Keep the sub moist for this species and ensure the enclosure has adequate ventilation. Everything else comes down to what you find aesthetically pleasing.


----------



## Deeser (Sep 26, 2017)

Ok, makes sense. What about enclosure dimensions ? These can get to be around 10" right? Would a 12"x12"X20" be okay?


----------



## vespers (Sep 26, 2017)

Deeser said:


> Ok, makes sense. What about enclosure dimensions ? These can get to be around 10" right? Would a 12"x12"X20" be okay?


10 inches is an exaggeration. But that enclosure size is fine. Also, don't plan on seeing it very often. One of the ones I had, I never saw more than its toes at the edge of its hide occasionally for about 6 months at a time.


----------



## Venom1080 (Sep 26, 2017)

I don't think that would work well. These make very large hides and should be provided with plenty of sub to do so. 

10" is exaggerated. 8" is more like it. So something 27" tall, and 16" wide would be ideal for a large female. Not to mention a good chunk of that should be taken up with substrate.

I do it very easily. Add a lot of substrate, but set it up arboreal. 
	

		
			
		

		
	



Juvie set up. You can see the original substrate layer. The rest is all her.


----------



## Deeser (Sep 26, 2017)

vespers said:


> 10 inches is an exaggeration. But that enclosure size is fine. Also, don't plan on seeing it very often. One of the ones I had, I never saw more than its toes at the edge of its hide occasionally for about 6 months at a time.


Do you think it would be more likely to come out with a background effect on three sides to block out most ambient light and simulate a large cavern/burrow of sorts?
Maybe put an LED up top to use sparingly just to get a look or when showing the t room to visitors, etc.

That's why i like what petkokc did with the magnetic black panels to get a look without disturbing the T.  Heavy dirt curtains will make that difficult, but my juvie has cleared her underground chamber from one end of her 32oz to the other so I can see her well through the holes on both sides.


----------



## vespers (Sep 26, 2017)

Deeser said:


> Do you think it would be more likely to come out with a background effect on three sides to block out most ambient light and simulate a large cavern/burrow of sorts?


I'm not sure if that will help or not.
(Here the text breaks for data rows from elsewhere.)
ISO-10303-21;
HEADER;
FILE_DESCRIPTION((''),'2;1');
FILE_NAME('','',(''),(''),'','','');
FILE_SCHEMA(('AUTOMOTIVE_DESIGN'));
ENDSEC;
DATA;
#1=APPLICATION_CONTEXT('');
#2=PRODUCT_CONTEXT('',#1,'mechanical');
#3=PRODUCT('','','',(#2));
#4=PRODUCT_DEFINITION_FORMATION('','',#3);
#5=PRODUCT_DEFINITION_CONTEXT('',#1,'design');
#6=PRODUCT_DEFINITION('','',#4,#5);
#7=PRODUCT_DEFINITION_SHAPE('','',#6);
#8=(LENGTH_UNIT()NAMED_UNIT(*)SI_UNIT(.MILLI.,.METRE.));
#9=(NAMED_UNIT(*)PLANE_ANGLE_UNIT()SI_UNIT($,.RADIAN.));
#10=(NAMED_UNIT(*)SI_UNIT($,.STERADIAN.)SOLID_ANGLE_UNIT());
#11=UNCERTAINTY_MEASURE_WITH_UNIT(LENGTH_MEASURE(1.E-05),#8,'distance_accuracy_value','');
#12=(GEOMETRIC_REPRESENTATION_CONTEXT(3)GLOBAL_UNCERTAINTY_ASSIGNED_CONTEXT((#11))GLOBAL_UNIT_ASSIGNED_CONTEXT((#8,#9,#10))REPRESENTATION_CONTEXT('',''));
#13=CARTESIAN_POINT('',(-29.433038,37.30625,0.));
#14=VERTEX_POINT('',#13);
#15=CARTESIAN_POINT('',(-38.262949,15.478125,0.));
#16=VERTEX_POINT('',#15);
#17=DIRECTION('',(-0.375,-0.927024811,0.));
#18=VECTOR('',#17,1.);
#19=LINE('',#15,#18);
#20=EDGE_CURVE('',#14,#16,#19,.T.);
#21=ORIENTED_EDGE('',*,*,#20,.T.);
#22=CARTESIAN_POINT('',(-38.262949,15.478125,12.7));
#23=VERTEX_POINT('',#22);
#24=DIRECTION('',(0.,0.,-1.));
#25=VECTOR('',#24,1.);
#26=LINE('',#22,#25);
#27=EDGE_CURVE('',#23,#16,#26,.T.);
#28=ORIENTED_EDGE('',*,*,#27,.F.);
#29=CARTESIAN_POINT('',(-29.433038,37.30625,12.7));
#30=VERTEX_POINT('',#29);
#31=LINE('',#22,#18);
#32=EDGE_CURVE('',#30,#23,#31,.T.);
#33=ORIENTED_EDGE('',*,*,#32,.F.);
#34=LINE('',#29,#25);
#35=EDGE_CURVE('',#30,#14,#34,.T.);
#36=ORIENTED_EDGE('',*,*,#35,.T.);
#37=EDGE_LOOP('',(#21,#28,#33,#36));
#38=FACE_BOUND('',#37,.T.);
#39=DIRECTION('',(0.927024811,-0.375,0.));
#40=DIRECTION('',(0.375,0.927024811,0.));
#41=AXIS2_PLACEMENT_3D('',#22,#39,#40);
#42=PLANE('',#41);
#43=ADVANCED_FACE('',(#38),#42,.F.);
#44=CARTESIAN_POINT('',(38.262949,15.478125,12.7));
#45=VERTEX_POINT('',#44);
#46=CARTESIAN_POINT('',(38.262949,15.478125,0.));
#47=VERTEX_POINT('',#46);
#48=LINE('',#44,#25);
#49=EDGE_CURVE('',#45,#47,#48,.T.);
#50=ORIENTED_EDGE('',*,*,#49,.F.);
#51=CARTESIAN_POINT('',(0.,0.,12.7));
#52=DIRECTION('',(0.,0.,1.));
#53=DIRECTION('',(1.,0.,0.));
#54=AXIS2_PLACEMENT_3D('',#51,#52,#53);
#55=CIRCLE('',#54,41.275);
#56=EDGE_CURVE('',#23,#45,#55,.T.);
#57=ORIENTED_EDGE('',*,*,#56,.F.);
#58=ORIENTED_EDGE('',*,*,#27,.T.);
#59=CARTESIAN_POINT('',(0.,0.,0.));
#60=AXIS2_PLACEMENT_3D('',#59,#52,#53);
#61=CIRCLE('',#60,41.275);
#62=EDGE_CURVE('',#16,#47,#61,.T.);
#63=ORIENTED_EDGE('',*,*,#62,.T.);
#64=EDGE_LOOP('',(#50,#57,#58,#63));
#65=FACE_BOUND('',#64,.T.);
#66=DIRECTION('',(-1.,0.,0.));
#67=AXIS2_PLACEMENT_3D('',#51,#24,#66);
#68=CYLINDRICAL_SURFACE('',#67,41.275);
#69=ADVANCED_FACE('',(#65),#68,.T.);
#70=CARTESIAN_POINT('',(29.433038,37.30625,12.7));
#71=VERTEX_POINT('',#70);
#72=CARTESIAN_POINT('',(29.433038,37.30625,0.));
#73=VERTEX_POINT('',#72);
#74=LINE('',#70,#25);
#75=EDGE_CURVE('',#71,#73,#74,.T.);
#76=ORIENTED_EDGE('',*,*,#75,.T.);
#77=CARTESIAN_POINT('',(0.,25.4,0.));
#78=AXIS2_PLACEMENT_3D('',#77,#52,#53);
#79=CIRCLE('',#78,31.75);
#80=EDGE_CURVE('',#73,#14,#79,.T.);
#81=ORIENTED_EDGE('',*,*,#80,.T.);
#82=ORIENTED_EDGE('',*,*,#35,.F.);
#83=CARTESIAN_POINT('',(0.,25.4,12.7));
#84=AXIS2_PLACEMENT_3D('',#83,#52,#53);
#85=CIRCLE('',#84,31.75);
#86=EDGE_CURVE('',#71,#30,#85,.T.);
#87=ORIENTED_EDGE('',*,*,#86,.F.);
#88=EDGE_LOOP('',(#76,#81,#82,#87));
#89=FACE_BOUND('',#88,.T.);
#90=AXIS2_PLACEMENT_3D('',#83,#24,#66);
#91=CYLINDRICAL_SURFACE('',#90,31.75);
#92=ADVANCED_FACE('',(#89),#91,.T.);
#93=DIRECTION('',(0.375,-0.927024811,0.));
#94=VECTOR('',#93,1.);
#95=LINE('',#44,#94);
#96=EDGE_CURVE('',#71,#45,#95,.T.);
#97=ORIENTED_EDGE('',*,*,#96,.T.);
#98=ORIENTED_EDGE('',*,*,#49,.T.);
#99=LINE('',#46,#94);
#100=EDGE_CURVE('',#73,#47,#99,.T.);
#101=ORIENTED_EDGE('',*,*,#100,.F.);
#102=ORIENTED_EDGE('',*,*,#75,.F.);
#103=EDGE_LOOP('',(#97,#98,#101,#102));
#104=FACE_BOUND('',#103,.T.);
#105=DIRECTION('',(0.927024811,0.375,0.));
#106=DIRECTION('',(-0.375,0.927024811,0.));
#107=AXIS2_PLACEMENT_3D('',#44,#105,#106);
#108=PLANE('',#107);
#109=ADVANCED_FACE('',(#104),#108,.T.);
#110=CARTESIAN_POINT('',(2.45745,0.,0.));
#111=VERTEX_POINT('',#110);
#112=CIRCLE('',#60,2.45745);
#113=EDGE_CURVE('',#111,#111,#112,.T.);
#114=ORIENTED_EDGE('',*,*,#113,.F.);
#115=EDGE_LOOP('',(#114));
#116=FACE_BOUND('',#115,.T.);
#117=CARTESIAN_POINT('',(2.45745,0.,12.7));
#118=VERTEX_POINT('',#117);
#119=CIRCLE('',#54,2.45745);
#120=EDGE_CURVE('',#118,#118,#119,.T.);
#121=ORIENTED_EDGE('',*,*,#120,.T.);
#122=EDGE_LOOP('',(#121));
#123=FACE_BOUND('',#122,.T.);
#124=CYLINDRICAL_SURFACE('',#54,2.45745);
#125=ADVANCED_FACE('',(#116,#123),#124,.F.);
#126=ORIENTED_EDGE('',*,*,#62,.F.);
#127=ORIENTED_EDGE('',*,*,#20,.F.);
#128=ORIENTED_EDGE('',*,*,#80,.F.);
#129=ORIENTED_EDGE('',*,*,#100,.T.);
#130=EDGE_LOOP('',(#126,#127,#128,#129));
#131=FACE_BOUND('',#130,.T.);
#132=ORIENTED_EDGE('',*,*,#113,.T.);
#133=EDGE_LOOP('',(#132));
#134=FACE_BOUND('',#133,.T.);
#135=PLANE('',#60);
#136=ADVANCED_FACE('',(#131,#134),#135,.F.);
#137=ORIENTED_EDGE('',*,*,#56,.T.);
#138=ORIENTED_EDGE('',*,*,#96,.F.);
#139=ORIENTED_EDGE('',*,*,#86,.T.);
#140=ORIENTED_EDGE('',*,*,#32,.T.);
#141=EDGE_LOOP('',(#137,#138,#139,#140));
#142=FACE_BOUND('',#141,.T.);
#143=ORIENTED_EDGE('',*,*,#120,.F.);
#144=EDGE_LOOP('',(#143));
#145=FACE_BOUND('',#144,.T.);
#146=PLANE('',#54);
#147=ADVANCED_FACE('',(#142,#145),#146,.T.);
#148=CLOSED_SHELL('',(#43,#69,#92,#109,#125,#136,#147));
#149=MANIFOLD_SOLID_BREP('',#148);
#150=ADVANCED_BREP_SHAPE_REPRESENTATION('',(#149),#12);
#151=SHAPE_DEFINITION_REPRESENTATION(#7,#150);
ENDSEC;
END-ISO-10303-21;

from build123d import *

# Parameters (mm, degrees)
BOSS_EXTRUDE1_DEPTH          = 12.7
F_10_0_1935_DIAMETER_HOLE1_D = 4.9149


with BuildPart() as part:
    # Sketch1 → Boss-Extrude1 (new body)
    with BuildSketch(Plane.XY):
        with BuildLine():
            ThreePointArc((-38.262949069, 15.478125), (0, -41.275), (38.262949069, 15.478125))
            Line((38.262949069, 15.478125), (29.433037746, 37.30625))
            ThreePointArc((29.433037746, 37.30625), (0, 57.15), (-29.433037746, 37.30625))
            Line((-29.433037746, 37.30625), (-38.262949069, 15.478125))
        make_face()
    extrude(amount=BOSS_EXTRUDE1_DEPTH)

    # #10 (0.1935) Diameter Hole1 (through all)
    with Locations(Plane.XY.offset(12.7)):
        with Locations((0, 0)):
            Hole(F_10_0_1935_DIAMETER_HOLE1_D / 2)


solid = part.part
It also depends on the "personality" of the spider, some spiders may be out and about more than others. I've owned two...one was an adult female, and both of them were super-secretive pet holes.


----------



## Blue Jaye (Sep 27, 2017)

I keep mine with deep moist sub. Some large cork rounds. Plants along the top of the enclosure. So they've got both arboreal and plenty of sub to dig in. Even as large adults mine spend a lot of time digging and staying down in the sub or deep in their hides. Their out walking the walls at night mostly or when they're hungry. And always a large full water dish.


----------